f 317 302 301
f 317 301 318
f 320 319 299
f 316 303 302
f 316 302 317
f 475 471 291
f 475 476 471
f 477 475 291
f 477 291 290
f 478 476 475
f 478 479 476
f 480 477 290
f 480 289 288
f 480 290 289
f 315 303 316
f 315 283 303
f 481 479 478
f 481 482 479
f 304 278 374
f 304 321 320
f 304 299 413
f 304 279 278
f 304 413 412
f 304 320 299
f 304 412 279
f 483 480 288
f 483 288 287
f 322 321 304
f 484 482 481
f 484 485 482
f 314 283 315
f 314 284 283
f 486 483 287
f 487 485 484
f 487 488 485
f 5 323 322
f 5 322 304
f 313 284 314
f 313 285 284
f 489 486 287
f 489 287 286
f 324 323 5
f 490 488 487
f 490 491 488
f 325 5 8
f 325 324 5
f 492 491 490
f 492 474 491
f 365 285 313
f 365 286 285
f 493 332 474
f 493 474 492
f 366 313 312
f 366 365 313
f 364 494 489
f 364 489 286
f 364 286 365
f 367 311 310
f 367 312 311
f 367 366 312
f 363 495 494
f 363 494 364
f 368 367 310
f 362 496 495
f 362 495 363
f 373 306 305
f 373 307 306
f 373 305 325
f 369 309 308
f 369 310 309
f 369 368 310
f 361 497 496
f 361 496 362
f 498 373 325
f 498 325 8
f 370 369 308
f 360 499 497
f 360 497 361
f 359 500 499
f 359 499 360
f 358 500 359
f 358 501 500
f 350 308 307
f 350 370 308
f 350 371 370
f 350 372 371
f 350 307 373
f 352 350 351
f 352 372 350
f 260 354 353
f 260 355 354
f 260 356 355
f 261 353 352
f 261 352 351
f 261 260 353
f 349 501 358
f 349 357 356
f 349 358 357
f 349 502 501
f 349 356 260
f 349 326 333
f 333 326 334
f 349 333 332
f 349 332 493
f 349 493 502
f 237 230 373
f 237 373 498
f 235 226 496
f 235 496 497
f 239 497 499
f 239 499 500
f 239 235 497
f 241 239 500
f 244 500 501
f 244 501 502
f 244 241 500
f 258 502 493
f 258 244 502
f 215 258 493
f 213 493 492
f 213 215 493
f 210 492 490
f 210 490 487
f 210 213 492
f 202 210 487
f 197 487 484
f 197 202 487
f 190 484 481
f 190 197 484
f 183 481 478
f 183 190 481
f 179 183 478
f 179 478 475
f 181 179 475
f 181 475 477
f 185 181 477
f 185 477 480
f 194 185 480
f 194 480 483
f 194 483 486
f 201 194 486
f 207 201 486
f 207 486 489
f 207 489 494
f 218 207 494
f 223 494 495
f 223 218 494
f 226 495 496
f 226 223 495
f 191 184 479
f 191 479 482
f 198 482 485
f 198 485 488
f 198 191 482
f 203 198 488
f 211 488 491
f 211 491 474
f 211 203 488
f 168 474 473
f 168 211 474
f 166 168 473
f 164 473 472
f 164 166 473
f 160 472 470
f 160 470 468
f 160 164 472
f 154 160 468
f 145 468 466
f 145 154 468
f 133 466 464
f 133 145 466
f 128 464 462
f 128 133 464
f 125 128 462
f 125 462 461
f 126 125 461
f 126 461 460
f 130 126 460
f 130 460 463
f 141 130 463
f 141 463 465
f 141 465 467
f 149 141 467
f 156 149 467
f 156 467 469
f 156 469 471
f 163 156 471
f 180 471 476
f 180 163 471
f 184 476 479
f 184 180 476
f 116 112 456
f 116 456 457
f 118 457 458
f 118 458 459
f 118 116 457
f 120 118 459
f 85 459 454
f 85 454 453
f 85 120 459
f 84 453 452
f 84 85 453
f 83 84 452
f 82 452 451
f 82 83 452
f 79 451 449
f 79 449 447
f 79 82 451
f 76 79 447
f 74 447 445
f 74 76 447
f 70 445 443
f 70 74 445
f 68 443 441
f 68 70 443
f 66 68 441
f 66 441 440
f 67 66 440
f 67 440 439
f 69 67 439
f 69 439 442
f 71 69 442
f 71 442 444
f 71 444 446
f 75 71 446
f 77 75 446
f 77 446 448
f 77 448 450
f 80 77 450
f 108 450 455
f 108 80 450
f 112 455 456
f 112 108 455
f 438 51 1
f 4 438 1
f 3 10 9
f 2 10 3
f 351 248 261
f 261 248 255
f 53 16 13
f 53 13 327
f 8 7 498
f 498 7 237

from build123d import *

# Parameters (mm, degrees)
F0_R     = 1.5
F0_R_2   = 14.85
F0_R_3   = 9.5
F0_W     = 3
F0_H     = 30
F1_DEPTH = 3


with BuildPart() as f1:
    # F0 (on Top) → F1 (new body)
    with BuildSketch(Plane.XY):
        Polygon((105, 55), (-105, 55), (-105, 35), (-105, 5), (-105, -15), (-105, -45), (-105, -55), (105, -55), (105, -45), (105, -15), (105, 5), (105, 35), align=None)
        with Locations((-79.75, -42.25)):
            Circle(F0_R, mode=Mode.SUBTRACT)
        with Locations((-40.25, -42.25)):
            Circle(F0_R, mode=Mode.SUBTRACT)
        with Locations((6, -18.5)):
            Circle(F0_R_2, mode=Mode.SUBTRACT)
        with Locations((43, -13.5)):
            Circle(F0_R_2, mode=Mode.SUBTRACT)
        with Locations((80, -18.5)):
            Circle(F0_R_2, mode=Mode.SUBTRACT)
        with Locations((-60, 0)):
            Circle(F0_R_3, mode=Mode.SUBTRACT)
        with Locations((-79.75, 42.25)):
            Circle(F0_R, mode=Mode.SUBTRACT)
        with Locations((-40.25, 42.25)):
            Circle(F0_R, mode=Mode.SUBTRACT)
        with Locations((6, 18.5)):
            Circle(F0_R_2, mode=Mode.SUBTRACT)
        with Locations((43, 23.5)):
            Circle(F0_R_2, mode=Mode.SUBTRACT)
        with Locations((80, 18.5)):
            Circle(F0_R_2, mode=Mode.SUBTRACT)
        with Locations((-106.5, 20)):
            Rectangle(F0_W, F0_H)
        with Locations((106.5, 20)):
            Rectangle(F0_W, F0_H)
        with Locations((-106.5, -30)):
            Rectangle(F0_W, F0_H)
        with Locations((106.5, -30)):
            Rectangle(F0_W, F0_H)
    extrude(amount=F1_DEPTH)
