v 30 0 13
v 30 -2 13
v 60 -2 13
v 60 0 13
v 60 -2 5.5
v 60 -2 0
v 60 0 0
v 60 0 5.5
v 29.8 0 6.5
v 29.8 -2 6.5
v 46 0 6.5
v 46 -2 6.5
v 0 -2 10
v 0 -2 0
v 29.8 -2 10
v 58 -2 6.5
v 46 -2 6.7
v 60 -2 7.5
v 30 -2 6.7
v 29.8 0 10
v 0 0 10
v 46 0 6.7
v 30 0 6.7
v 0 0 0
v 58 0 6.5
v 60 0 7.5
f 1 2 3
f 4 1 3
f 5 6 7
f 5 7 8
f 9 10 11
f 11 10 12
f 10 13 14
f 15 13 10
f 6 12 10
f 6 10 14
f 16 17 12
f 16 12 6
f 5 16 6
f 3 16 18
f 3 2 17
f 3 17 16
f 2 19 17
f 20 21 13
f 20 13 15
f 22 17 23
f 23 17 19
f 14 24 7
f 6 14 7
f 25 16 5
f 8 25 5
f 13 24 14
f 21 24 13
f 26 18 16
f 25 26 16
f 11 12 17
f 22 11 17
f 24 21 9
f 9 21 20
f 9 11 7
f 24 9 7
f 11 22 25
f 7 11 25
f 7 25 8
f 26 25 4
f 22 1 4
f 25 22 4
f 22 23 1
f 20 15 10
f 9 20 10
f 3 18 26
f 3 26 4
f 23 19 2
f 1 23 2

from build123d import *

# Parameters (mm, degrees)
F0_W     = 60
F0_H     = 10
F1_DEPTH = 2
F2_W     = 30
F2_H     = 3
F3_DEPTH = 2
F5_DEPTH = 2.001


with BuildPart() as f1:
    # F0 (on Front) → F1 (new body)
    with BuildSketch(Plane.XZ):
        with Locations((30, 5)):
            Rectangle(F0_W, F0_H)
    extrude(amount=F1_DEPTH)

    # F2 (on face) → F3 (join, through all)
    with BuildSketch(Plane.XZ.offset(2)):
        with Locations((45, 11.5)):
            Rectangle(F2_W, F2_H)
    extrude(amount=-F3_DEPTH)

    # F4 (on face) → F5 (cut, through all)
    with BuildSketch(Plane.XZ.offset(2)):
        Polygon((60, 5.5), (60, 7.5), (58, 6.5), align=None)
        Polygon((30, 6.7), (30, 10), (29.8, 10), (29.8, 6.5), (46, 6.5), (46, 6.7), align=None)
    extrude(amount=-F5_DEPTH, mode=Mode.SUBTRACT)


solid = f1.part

*YOUR ASSIGNMENT*
In the data above, find the line with "f 74 76 447" and the line with "f 108 450 455". Retype both, plus every line between them, exactly.

*TASK RESPONSE*
f 74 76 447
f 70 445 443
f 70 74 445
f 68 443 441
f 68 70 443
f 66 68 441
f 66 441 440
f 67 66 440
f 67 440 439
f 69 67 439
f 69 439 442
f 71 69 442
f 71 442 444
f 71 444 446
f 75 71 446
f 77 75 446
f 77 446 448
f 77 448 450
f 80 77 450
f 108 450 455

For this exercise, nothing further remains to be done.